One of the most promising areas to apply new sensing technology is in water resources. On February 23, 2007, the Foresight & Governance Project released a new report, Distributed Sensing Systems for Water Quality Assessment and Management.

Date & Time

Feb. 23, 2007
8:30am – 10:00am ET


One of the most promising areas to apply new sensing technology to monitor, assess, and respond to pressing environmental challenges is in water resources. The Foresight and Governance Project, in conjunction with the Center for Embedded Networked Sensing (CENS), launched a new white paper, Distributed Sensing Systems for Water Quality Assessment and Management, at an event at the Wilson Center on 23 February 2007. Three of the report's authors, Thomas Harmon, Professor of Environmental Engineering at University of California, Merced, Deborah Estrin, Director of CENS and Professor of Computer Science at University of California, Los Angeles, and Jeffrey Goldman, Director of Program Development at CENS and the report's lead author, presented the paper. Robert Olson, Senior Fellow at the Institute for Alternative Futures, moderated the session.

Sensor networks allow advanced, automated data collection over wide areas, said Dr. Harmon. By linking autonomous sensors together, an observer can monitor large systems quite closely, and in a variety of different ways. For example, a septic system could be monitored for leaks by checking for contaminants downstream, by tracking physical and chemical patterns across the septic field, or even by periodically introducing a marker chemical into the system and following its transmission. Such analysis could be carried out in real time, and leak sources could be identified and even plotted on a map, said Dr. Goldman.

Networked sensing systems can simplify complex problems, such as so-called "non-point source pollution," Dr. Harmon argued. By taking data at many points over a large area and using appropriate models, such a system can cut through the complexity and break the problem into many small, point-source pollution problems, which can be addressed individually.

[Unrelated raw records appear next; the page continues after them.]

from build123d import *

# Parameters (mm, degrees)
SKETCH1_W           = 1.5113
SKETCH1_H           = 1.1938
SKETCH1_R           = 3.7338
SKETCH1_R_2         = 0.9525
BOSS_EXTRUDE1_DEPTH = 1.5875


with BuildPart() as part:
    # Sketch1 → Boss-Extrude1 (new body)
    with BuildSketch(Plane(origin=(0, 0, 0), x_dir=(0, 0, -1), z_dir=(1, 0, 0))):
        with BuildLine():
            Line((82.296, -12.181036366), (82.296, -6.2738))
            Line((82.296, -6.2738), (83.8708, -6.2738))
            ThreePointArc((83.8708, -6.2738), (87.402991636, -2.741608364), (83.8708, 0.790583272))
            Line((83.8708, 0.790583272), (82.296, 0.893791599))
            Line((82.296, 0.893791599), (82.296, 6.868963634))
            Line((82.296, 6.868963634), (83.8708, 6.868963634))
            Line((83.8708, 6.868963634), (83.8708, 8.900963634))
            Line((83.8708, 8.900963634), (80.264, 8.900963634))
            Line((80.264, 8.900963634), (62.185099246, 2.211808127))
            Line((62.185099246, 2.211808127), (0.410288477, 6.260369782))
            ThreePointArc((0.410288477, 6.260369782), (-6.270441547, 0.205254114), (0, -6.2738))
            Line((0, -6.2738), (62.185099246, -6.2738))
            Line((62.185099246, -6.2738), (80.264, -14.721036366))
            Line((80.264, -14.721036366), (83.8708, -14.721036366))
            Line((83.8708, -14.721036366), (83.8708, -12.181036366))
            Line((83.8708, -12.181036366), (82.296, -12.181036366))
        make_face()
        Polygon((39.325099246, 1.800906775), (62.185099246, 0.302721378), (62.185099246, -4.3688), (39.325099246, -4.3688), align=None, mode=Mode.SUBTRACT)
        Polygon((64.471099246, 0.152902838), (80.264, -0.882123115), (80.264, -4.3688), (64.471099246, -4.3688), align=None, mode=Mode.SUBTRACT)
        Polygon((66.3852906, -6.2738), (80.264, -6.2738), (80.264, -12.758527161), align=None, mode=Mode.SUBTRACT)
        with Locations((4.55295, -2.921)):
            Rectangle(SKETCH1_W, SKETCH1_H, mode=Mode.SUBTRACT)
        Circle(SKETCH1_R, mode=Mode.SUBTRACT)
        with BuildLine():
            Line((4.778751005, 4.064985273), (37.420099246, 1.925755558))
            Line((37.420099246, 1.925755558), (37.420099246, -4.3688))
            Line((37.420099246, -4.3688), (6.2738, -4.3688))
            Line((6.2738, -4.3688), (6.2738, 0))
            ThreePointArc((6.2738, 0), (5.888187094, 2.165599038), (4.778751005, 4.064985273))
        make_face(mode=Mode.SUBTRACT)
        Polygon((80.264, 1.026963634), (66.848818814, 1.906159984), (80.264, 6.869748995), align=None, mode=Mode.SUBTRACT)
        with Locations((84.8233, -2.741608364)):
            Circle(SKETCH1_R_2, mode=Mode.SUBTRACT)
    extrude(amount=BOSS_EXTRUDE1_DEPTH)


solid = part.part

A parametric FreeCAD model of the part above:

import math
import FreeCAD as App
import Part
import Sketcher
from FreeCAD import Vector
Q = App.Units.Quantity


def add_polygon(sketch, points):
    """Adds a closed chain of lines whose ends are joined by coincident constraints."""
    first, n = sketch.GeometryCount, len(points)
    for a, b in zip(points, points[1:] + points[:1]):
        sketch.addGeometry(Part.LineSegment(App.Vector(*a, 0), App.Vector(*b, 0)), False)
    for i in range(n):
        sketch.addConstraint(Sketcher.Constraint("Coincident", first + i, 2, first + (i + 1) % n, 1))

doc = App.newDocument("Part")
params = doc.addObject("Spreadsheet::Sheet", "Params")
for row, (alias, value) in enumerate([
    ("sketch1_diameter", "0.294 in"),
    ("sketch1_diameter2", "0.075 in"),
    ("sketch1_width", "0.1 in"),
    ("sketch1_height", "0.9 in"),
    ("sketch1_radius", "0.247 in"),
    ("pad1_length", "0.0625 in"),
], start=1):
    params.set(f"A{row}", alias)
    params.set(f"B{row}", "=" + value)
    params.setAlias(f"B{row}", alias)

body = doc.addObject("PartDesign::Body", "Body")

# Sketch on YZ plane
sketch1 = body.newObject("Sketcher::SketchObject", "Sketch")
sketch1.AttachmentSupport = (doc.getObject("YZ_Plane"), [""])
sketch1.MapMode = "FlatFace"
sketch1.addGeometry(Part.LineSegment(Vector(-12.2, -82.3, 0), Vector(-6.3, -82.3, 0)), False)  # 0
sketch1.addGeometry(Part.LineSegment(Vector(-6.3, -82.3, 0), Vector(-6.3, -83.9, 0)), False)  # 1
sketch1.addGeometry(Part.ArcOfCircle(Part.Circle(Vector(-2.7, -83.9, 0), Vector(0, 0, 1), 3.5), math.radians(180), math.radians(360)), False)  # 2
sketch1.addGeometry(Part.LineSegment(Vector(0.8, -83.9, 0), Vector(0.9, -82.3, 0)), False)  # 3
sketch1.addGeometry(Part.LineSegment(Vector(0.9, -82.3, 0), Vector(6.9, -82.3, 0)), False)  # 4
sketch1.addGeometry(Part.LineSegment(Vector(6.9, -82.3, 0), Vector(6.9, -83.9, 0)), False)  # 5
sketch1.addGeometry(Part.LineSegment(Vector(6.9, -83.9, 0), Vector(8.9, -83.9, 0)), False)  # 6
sketch1.addGeometry(Part.LineSegment(Vector(8.9, -83.9, 0), Vector(8.9, -80.3, 0)), False)  # 7
sketch1.addGeometry(Part.LineSegment(Vector(8.9, -80.3, 0), Vector(2.2, -62.2, 0)), False)  # 8
sketch1.addGeometry(Part.LineSegment(Vector(2.2, -62.2, 0), Vector(6.3, -0.4, 0)), False)  # 9
sketch1.addGeometry(Part.ArcOfCircle(Part.Circle(Vector(0, 0, 0), Vector(0, 0, 1), 6.3), math.radians(-4), math.radians(180)), False)  # 10
sketch1.addGeometry(Part.LineSegment(Vector(-6.3, 0, 0), Vector(-6.3, -62.2, 0)), False)  # 11
sketch1.addGeometry(Part.LineSegment(Vector(-6.3, -62.2, 0), Vector(-14.7, -80.3, 0)), False)  # 12
sketch1.addGeometry(Part.LineSegment(Vector(-14.7, -80.3, 0), Vector(-14.7, -83.9, 0)), False)  # 13
sketch1.addGeometry(Part.LineSegment(Vector(-14.7, -83.9, 0), Vector(-12.2, -83.9, 0)), False)  # 14
sketch1.addGeometry(Part.LineSegment(Vector(-12.2, -83.9, 0), Vector(-12.2, -82.3, 0)), False)  # 15
add_polygon(sketch1, [(-12.8, -80.3), (-6.3, -66.4), (-6.3, -80.3)])  # lines 16-18
add_polygon(sketch1, [(-3.5, -5.3), (-3.5, -3.8), (-2.3, -3.8), (-2.3, -5.3)])  # lines 19-22
sketch1.addGeometry(Part.Circle(Vector(0, 0, 0), Vector(0, 0, 1), 3.7), False)  # 23
sketch1.addGeometry(Part.ArcOfCircle(Part.Circle(Vector(0, 0, 0), Vector(0, 0, 1), 6.3), math.radians(-90), math.radians(-50)), False)  # 24
sketch1.addGeometry(Part.LineSegment(Vector(4.1, -4.8, 0), Vector(1.9, -37.4, 0)), False)  # 25
sketch1.addGeometry(Part.LineSegment(Vector(1.9, -37.4, 0), Vector(-4.4, -37.4, 0)), False)  # 26
sketch1.addGeometry(Part.LineSegment(Vector(-4.4, -37.4, 0), Vector(-4.4, -6.3, 0)), False)  # 27
sketch1.addGeometry(Part.LineSegment(Vector(-4.4, -6.3, 0), Vector(0, -6.3, 0)), False)  # 28
add_polygon(sketch1, [(-4.4, -39.3), (1.8, -39.3), (0.3, -62.2), (-4.4, -62.2)])  # lines 29-32
add_polygon(sketch1, [(-4.4, -64.5), (0.2, -64.5), (-0.9, -80.3), (-4.4, -80.3)])  # lines 33-36
sketch1.addGeometry(Part.Circle(Vector(-2.7, -84.8, 0), Vector(0, 0, 1), 1), False)  # 37
add_polygon(sketch1, [(6.9, -80.3), (1, -80.3), (1.9, -66.8)])  # lines 38-40
sketch1.addConstraint(Sketcher.Constraint("Coincident", 0, 2, 1, 1))
sketch1.addConstraint(Sketcher.Constraint("Tangent", 1, 2, 2, 1))
sketch1.addConstraint(Sketcher.Constraint("Coincident", 2, 2, 3, 1))
sketch1.addConstraint(Sketcher.Constraint("Coincident", 3, 2, 4, 1))
sketch1.addConstraint(Sketcher.Constraint("Coincident", 4, 2, 5, 1))
sketch1.addConstraint(Sketcher.Constraint("Coincident", 5, 2, 6, 1))
sketch1.addConstraint(Sketcher.Constraint("Coincident", 6, 2, 7, 1))
sketch1.addConstraint(Sketcher.Constraint("Coincident", 7, 2, 8, 1))
sketch1.addConstraint(Sketcher.Constraint("Coincident", 8, 2, 9, 1))
sketch1.addConstraint(Sketcher.Constraint("Tangent", 9, 2, 10, 1))
sketch1.addConstraint(Sketcher.Constraint("Tangent", 10, 2, 11, 1))
sketch1.addConstraint(Sketcher.Constraint("Coincident", 11, 2, 12, 1))
sketch1.addConstraint(Sketcher.Constraint("Coincident", 12, 2, 13, 1))
sketch1.addConstraint(Sketcher.Constraint("Coincident", 13, 2, 14, 1))
sketch1.addConstraint(Sketcher.Constraint("Coincident", 14, 2, 15, 1))
sketch1.addConstraint(Sketcher.Constraint("Coincident", 15, 2, 0, 1))
sketch1.addConstraint(Sketcher.Constraint("Coincident", 24, 2, 25, 1))
sketch1.addConstraint(Sketcher.Constraint("Coincident", 25, 2, 26, 1))
sketch1.addConstraint(Sketcher.Constraint("Coincident", 26, 2, 27, 1))
sketch1.addConstraint(Sketcher.Constraint("Coincident", 27, 2, 28, 1))
sketch1.addConstraint(Sketcher.Constraint("Tangent", 28, 2, 24, 1))
sketch1.addConstraint(Sketcher.Constraint("Horizontal", 0))
sketch1.addConstraint(Sketcher.Constraint("Vertical", 1))
sketch1.addConstraint(Sketcher.Constraint("Horizontal", 4))
sketch1.addConstraint(Sketcher.Constraint("Vertical", 5))
sketch1.addConstraint(Sketcher.Constraint("Horizontal", 6))
sketch1.addConstraint(Sketcher.Constraint("Vertical", 7))
sketch1.addConstraint(Sketcher.Constraint("Vertical", 11))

Modeling is key to the success of networked sensing systems, Dr. Estrin contended. With well-designed models, computers can aggregate and analyze the data collected by such systems and arrive at simple conclusions. For example, Dr. Goldman proposed a farm monitoring system, which could analyze water in the soil and automatically determine irrigation levels for the farm, or alert the farmer if he is using too much or too little fertilizer. By developing and using good models, sensor networks could help managers by collecting and interpreting data on the fly—fast enough for it to be incorporated into quick decisions.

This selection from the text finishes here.